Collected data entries
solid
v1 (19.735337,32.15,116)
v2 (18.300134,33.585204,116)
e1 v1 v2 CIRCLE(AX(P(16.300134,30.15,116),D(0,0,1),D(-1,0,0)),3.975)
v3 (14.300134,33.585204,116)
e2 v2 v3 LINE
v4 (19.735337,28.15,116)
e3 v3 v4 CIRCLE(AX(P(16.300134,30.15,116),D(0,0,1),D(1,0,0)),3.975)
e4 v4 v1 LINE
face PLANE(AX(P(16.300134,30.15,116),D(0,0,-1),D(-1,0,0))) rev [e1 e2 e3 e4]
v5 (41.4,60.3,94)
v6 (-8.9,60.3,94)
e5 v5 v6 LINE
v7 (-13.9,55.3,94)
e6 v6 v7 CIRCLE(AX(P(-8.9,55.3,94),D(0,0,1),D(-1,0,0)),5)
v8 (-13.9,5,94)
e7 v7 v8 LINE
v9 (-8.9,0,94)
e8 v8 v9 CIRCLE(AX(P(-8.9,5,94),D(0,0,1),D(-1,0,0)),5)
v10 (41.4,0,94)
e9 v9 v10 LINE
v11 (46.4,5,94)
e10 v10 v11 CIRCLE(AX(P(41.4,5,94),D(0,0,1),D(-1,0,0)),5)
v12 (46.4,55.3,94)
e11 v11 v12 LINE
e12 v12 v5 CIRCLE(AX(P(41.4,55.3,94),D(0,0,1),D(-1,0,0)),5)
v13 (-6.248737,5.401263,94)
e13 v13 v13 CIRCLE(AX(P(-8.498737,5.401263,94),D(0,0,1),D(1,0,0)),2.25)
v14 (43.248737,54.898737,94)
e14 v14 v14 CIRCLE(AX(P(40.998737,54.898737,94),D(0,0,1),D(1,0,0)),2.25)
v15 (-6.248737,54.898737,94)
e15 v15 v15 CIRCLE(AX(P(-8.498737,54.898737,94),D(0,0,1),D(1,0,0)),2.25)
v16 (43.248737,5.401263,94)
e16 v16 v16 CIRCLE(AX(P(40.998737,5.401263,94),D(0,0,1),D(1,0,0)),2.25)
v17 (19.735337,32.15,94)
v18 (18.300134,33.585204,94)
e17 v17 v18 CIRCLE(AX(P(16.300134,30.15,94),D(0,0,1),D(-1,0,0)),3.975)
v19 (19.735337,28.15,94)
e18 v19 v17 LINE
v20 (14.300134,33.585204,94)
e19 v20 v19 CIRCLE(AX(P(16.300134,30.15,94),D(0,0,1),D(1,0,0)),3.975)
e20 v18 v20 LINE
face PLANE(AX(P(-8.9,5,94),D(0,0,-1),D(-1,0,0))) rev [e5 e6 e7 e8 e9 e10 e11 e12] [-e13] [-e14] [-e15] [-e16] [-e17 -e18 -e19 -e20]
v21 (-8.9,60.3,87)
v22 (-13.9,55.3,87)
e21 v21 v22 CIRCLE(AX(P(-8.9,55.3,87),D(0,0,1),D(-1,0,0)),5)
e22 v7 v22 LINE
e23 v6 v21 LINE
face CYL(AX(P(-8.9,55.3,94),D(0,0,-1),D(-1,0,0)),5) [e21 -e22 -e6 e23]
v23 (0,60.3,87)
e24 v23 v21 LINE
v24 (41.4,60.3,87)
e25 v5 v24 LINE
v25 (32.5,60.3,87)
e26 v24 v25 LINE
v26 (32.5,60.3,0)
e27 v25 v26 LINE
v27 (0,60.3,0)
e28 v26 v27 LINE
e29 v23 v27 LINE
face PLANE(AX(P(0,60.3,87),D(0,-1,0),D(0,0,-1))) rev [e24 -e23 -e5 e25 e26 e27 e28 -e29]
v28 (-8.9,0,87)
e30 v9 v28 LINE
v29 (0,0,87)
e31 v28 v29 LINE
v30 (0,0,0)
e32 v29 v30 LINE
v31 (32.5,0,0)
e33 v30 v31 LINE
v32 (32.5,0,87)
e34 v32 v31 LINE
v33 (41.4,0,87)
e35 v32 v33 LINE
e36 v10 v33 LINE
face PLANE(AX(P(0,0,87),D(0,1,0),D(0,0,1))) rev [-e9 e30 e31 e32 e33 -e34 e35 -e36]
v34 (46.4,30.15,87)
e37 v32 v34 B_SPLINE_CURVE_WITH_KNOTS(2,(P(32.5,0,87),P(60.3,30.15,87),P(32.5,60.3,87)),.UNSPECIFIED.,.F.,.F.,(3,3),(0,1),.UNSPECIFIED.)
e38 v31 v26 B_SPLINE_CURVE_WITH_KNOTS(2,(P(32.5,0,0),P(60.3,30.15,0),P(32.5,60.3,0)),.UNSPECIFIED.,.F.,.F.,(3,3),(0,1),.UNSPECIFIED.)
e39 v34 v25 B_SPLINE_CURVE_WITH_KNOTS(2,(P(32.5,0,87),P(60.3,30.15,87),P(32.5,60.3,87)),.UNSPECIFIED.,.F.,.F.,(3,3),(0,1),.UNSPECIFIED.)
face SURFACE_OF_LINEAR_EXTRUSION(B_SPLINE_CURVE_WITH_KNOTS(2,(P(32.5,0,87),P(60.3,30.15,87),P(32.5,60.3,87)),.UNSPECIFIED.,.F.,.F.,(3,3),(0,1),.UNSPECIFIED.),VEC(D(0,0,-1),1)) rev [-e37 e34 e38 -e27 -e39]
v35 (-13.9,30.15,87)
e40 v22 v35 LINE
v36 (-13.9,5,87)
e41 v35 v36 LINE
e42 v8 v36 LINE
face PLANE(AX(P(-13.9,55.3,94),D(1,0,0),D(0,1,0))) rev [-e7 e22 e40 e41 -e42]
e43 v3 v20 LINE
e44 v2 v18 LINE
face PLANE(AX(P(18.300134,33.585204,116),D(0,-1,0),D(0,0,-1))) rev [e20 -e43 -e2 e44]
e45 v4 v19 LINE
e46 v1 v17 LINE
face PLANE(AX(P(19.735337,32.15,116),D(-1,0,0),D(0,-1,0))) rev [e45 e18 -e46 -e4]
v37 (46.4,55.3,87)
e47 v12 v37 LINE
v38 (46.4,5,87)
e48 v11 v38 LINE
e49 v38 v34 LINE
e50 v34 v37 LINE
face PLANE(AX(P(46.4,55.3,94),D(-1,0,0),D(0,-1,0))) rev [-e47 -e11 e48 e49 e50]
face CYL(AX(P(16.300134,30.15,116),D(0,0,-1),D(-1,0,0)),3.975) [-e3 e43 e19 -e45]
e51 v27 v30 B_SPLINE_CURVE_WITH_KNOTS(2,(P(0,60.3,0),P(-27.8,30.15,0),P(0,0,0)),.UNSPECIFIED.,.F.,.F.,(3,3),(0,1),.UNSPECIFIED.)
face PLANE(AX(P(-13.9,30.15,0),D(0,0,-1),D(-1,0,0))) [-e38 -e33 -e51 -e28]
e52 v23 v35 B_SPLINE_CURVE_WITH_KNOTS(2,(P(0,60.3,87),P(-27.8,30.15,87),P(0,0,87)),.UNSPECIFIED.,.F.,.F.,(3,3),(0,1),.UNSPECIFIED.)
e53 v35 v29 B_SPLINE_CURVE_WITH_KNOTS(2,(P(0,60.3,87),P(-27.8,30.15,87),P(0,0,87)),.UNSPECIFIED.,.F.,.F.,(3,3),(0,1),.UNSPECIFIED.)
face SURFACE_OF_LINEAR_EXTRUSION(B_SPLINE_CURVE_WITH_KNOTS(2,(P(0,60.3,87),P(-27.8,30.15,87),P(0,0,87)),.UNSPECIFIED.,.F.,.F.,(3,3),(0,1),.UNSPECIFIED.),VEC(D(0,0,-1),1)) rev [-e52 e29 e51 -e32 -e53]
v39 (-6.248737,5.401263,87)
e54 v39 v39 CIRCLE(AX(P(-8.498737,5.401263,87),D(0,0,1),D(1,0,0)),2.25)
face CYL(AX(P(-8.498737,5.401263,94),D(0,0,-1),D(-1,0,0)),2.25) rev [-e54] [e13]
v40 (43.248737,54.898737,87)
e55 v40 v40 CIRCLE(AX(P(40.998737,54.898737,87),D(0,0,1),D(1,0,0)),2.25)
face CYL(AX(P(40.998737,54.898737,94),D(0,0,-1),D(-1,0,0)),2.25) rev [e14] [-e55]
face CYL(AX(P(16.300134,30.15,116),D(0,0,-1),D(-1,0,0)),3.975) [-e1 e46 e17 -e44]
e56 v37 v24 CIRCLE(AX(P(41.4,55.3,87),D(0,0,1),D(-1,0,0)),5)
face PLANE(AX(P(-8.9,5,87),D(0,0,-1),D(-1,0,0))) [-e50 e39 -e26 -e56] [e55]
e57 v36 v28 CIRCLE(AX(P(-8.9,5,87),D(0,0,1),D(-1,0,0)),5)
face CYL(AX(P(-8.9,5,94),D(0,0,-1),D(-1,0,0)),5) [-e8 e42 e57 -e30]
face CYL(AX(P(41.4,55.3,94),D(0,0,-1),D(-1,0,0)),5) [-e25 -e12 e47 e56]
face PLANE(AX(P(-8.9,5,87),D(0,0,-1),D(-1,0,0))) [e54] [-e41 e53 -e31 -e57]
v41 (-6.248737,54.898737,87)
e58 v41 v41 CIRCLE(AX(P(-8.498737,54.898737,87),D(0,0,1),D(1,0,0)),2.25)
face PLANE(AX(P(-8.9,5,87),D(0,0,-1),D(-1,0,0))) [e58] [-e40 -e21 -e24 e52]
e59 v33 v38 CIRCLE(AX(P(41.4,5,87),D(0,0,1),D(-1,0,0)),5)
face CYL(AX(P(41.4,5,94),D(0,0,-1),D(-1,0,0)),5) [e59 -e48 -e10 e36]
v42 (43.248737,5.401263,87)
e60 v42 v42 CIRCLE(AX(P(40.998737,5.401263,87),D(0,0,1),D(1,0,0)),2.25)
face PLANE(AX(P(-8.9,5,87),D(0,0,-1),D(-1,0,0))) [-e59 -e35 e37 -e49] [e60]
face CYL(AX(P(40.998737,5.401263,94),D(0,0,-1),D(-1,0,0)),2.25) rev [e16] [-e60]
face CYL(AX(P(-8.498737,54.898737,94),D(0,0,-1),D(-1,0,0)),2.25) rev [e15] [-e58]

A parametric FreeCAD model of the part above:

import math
import FreeCAD as App
import Part
import Sketcher

V = App.Vector

doc = App.newDocument("Part")
params = doc.addObject("Spreadsheet::Sheet", "Params")
for row, (alias, value) in enumerate([
    ("pad1_length", "87 mm"),
    ("sketch2_radius", "5 mm"),
    ("sketch2_diameter", "4.5 mm"),
    ("sketch2_width", "50.3 mm"),
    ("pad2_length", "7 mm"),
    ("sketch3_width", "4 mm"),
    ("pad3_length", "22 mm"),
], start=1):
    params.set(f"A{row}", alias)
    params.set(f"B{row}", "=" + value)
    params.setAlias(f"B{row}", alias)

body = doc.addObject("PartDesign::Body", "Body")

# Sketch on XY plane
sketch1 = doc.addObject("Sketcher::SketchObject", "Sketch")
body.addObject(sketch1)
sketch1.AttachmentSupport = (doc.XY_Plane, [""])
sketch1.MapMode = "FlatFace"
sketch1.addGeometry([
    Part.LineSegment(V(0, 0, 0), V(32.5, 0, 0)),
    Part.BSplineCurve([V(32.5, 60.3, 0), V(60.3, 30.15, 0), V(32.5, 0, 0)], [3, 3], [0, 1], False, 2, [1, 1, 1], False),
    Part.LineSegment(V(32.5, 60.3, 0), V(0, 60.3, 0)),
    Part.BSplineCurve([V(0, 60.3, 0), V(-27.8, 30.15, 0), V(0, 0, 0)], [3, 3], [0, 1], False, 2, [1, 1, 1], False),
], False)
sketch1.addConstraint([
    Sketcher.Constraint("Block", 1),
    Sketcher.Constraint("Block", 3),
    Sketcher.Constraint("Coincident", 0, 2, 1, 2),
    Sketcher.Constraint("Coincident", 1, 1, 2, 1),
    Sketcher.Constraint("Coincident", 2, 2, 3, 1),
    Sketcher.Constraint("Coincident", 3, 2, 0, 1),
])
pad1 = doc.addObject("PartDesign::Pad", "Pad")
body.addObject(pad1)
pad1.Profile = sketch1
pad1.setExpression("Length", "Params.pad1_length")

# Sketch on XY plane
sketch2 = doc.addObject("Sketcher::SketchObject", "Sketch001")
body.addObject(sketch2)
sketch2.AttachmentSupport = (doc.XY_Plane, [""])
sketch2.MapMode = "FlatFace"
sketch2.AttachmentOffset = App.Placement(V(0, 0, 87), App.Rotation())
sketch2.addGeometry([
    Part.LineSegment(V(-13.9, 55.3, 0), V(-13.9, 5, 0)),  # 0
    Part.ArcOfCircle(Part.Circle(V(-8.9, 5, 0), V(0, 0, 1), 5), math.radians(180), math.radians(270)),  # 1
    Part.LineSegment(V(-8.9, 0, 0), V(41.4, 0, 0)),  # 2
    Part.ArcOfCircle(Part.Circle(V(41.4, 5, 0), V(0, 0, 1), 5), math.radians(-90), math.radians(0)),  # 3
    Part.LineSegment(V(46.4, 5, 0), V(46.4, 55.3, 0)),  # 4
    Part.ArcOfCircle(Part.Circle(V(41.4, 55.3, 0), V(0, 0, 1), 5), math.radians(0), math.radians(90)),  # 5
    Part.LineSegment(V(41.4, 60.3, 0), V(-8.9, 60.3, 0)),  # 6
    Part.ArcOfCircle(Part.Circle(V(-8.9, 55.3, 0), V(0, 0, 1), 5), math.radians(90), math.radians(180)),  # 7
    Part.Circle(V(-8.5, 5.4, 0), V(0, 0, 1), 2.2),  # 8
    Part.Circle(V(41, 5.4, 0), V(0, 0, 1), 2.2),  # 9
    Part.Circle(V(-8.5, 54.9, 0), V(0, 0, 1), 2.2),  # 10
    Part.Circle(V(41, 54.9, 0), V(0, 0, 1), 2.2),  # 11
], False)
sketch2.addConstraint([
    Sketcher.Constraint("Tangent", 0, 2, 1, 1),
    Sketcher.Constraint("Tangent", 1, 2, 2, 1),
    Sketcher.Constraint("Tangent", 2, 2, 3, 1),
    Sketcher.Constraint("Tangent", 3, 2, 4, 1),
    Sketcher.Constraint("Tangent", 4, 2, 5, 1),
    Sketcher.Constraint("Tangent", 5, 2, 6, 1),
    Sketcher.Constraint("Tangent", 6, 2, 7, 1),
    Sketcher.Constraint("Tangent", 7, 2, 0, 1),
    Sketcher.Constraint("Vertical", 0),
    Sketcher.Constraint("Horizontal", 2),
    Sketcher.Constraint("Vertical", 4),
    Sketcher.Constraint("Horizontal", 6),
    Sketcher.Constraint("Equal", 1, 3),
    Sketcher.Constraint("Equal", 3, 5),
    Sketcher.Constraint("Equal", 5, 7),
    Sketcher.Constraint("Equal", 8, 9),
    Sketcher.Constraint("Equal", 9, 10),
    Sketcher.Constraint("Equal", 10, 11),
    Sketcher.Constraint("PointOnObject", 1, 2, -1),
    Sketcher.Constraint("Horizontal", 8, 3, 9, 3),
    Sketcher.Constraint("Horizontal", 10, 3, 11, 3),
    Sketcher.Constraint("Vertical", 8, 3, 10, 3),
    Sketcher.Constraint("Vertical", 9, 3, 11, 3),
    Sketcher.Constraint("Equal", 6, 0),
    Sketcher.Constraint("Radius", 1, 5.0),
    Sketcher.Constraint("Diameter", 8, 4.5),
    Sketcher.Constraint("DistanceX", 2, 1, 2, 2, 50.3),
    Sketcher.Constraint("DistanceX", 1, 3, -1, 1, 8.9),
    Sketcher.Constraint("DistanceX", 8, 3, -1, 1, 8.498737),
    Sketcher.Constraint("DistanceY", -1, 1, 8, 3, 5.401263),
    Sketcher.Constraint("DistanceX", -1, 1, 9, 3, 40.998737),
    Sketcher.Constraint("DistanceY", -1, 1, 10, 3, 54.898737),
])
sketch2.setExpression("Constraints[24]", "Params.sketch2_radius")
sketch2.setExpression("Constraints[25]", "Params.sketch2_diameter")
sketch2.setExpression("Constraints[26]", "Params.sketch2_width")
pad2 = doc.addObject("PartDesign::Pad", "Pad001")
body.addObject(pad2)
pad2.Profile = sketch2
pad2.setExpression("Length", "Params.pad2_length")

# Sketch on XY plane
sketch3 = doc.addObject("Sketcher::SketchObject", "Sketch002")
body.addObject(sketch3)
sketch3.AttachmentSupport = (doc.XY_Plane, [""])
sketch3.MapMode = "FlatFace"
sketch3.AttachmentOffset = App.Placement(V(0, 0, 94), App.Rotation())
sketch3.addGeometry([
    Part.LineSegment(V(18.3, 33.6, 0), V(14.3, 33.6, 0)),
    Part.ArcOfCircle(Part.Circle(V(16.3, 30.1, 0), V(0, 0, 1), 4), math.radians(120), math.radians(330)),
    Part.LineSegment(V(19.7, 28.1, 0), V(19.7, 32.1, 0)),
    Part.ArcOfCircle(Part.Circle(V(16.3, 30.1, 0), V(0, 0, 1), 4), math.radians(30), math.radians(60)),
], False)
sketch3.addConstraint([
    Sketcher.Constraint("Coincident", 0, 2, 1, 1),
    Sketcher.Constraint("Coincident", 1, 2, 2, 1),
    Sketcher.Constraint("Coincident", 2, 2, 3, 1),
    Sketcher.Constraint("Coincident", 3, 2, 0, 1),
    Sketcher.Constraint("Horizontal", 0),
    Sketcher.Constraint("Vertical", 2),
    Sketcher.Constraint("Coincident", 3, 3, 1, 3),
    Sketcher.Constraint("Equal", 1, 3),
    Sketcher.Constraint("Equal", 0, 2),
    Sketcher.Constraint("DistanceX", 0, 2, 0, 1, 4.0),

### Work required
Of the entries above, transcribe exactly those lines that fall between the line containing "e38 v31 v26" and the line containing "e54 v39 v39", together with those two lines.

### Exercise solution
e38 v31 v26 B_SPLINE_CURVE_WITH_KNOTS(2,(P(32.5,0,0),P(60.3,30.15,0),P(32.5,60.3,0)),.UNSPECIFIED.,.F.,.F.,(3,3),(0,1),.UNSPECIFIED.)
e39 v34 v25 B_SPLINE_CURVE_WITH_KNOTS(2,(P(32.5,0,87),P(60.3,30.15,87),P(32.5,60.3,87)),.UNSPECIFIED.,.F.,.F.,(3,3),(0,1),.UNSPECIFIED.)
face SURFACE_OF_LINEAR_EXTRUSION(B_SPLINE_CURVE_WITH_KNOTS(2,(P(32.5,0,87),P(60.3,30.15,87),P(32.5,60.3,87)),.UNSPECIFIED.,.F.,.F.,(3,3),(0,1),.UNSPECIFIED.),VEC(D(0,0,-1),1)) rev [-e37 e34 e38 -e27 -e39]
v35 (-13.9,30.15,87)
e40 v22 v35 LINE
v36 (-13.9,5,87)
e41 v35 v36 LINE
e42 v8 v36 LINE
face PLANE(AX(P(-13.9,55.3,94),D(1,0,0),D(0,1,0))) rev [-e7 e22 e40 e41 -e42]
e43 v3 v20 LINE
e44 v2 v18 LINE
face PLANE(AX(P(18.300134,33.585204,116),D(0,-1,0),D(0,0,-1))) rev [e20 -e43 -e2 e44]
e45 v4 v19 LINE
e46 v1 v17 LINE
face PLANE(AX(P(19.735337,32.15,116),D(-1,0,0),D(0,-1,0))) rev [e45 e18 -e46 -e4]
v37 (46.4,55.3,87)
e47 v12 v37 LINE
v38 (46.4,5,87)
e48 v11 v38 LINE
e49 v38 v34 LINE
e50 v34 v37 LINE
face PLANE(AX(P(46.4,55.3,94),D(-1,0,0),D(0,-1,0))) rev [-e47 -e11 e48 e49 e50]
face CYL(AX(P(16.300134,30.15,116),D(0,0,-1),D(-1,0,0)),3.975) [-e3 e43 e19 -e45]
e51 v27 v30 B_SPLINE_CURVE_WITH_KNOTS(2,(P(0,60.3,0),P(-27.8,30.15,0),P(0,0,0)),.UNSPECIFIED.,.F.,.F.,(3,3),(0,1),.UNSPECIFIED.)
face PLANE(AX(P(-13.9,30.15,0),D(0,0,-1),D(-1,0,0))) [-e38 -e33 -e51 -e28]
e52 v23 v35 B_SPLINE_CURVE_WITH_KNOTS(2,(P(0,60.3,87),P(-27.8,30.15,87),P(0,0,87)),.UNSPECIFIED.,.F.,.F.,(3,3),(0,1),.UNSPECIFIED.)
e53 v35 v29 B_SPLINE_CURVE_WITH_KNOTS(2,(P(0,60.3,87),P(-27.8,30.15,87),P(0,0,87)),.UNSPECIFIED.,.F.,.F.,(3,3),(0,1),.UNSPECIFIED.)
face SURFACE_OF_LINEAR_EXTRUSION(B_SPLINE_CURVE_WITH_KNOTS(2,(P(0,60.3,87),P(-27.8,30.15,87),P(0,0,87)),.UNSPECIFIED.,.F.,.F.,(3,3),(0,1),.UNSPECIFIED.),VEC(D(0,0,-1),1)) rev [-e52 e29 e51 -e32 -e53]
v39 (-6.248737,5.401263,87)
e54 v39 v39 CIRCLE(AX(P(-8.498737,5.401263,87),D(0,0,1),D(1,0,0)),2.25)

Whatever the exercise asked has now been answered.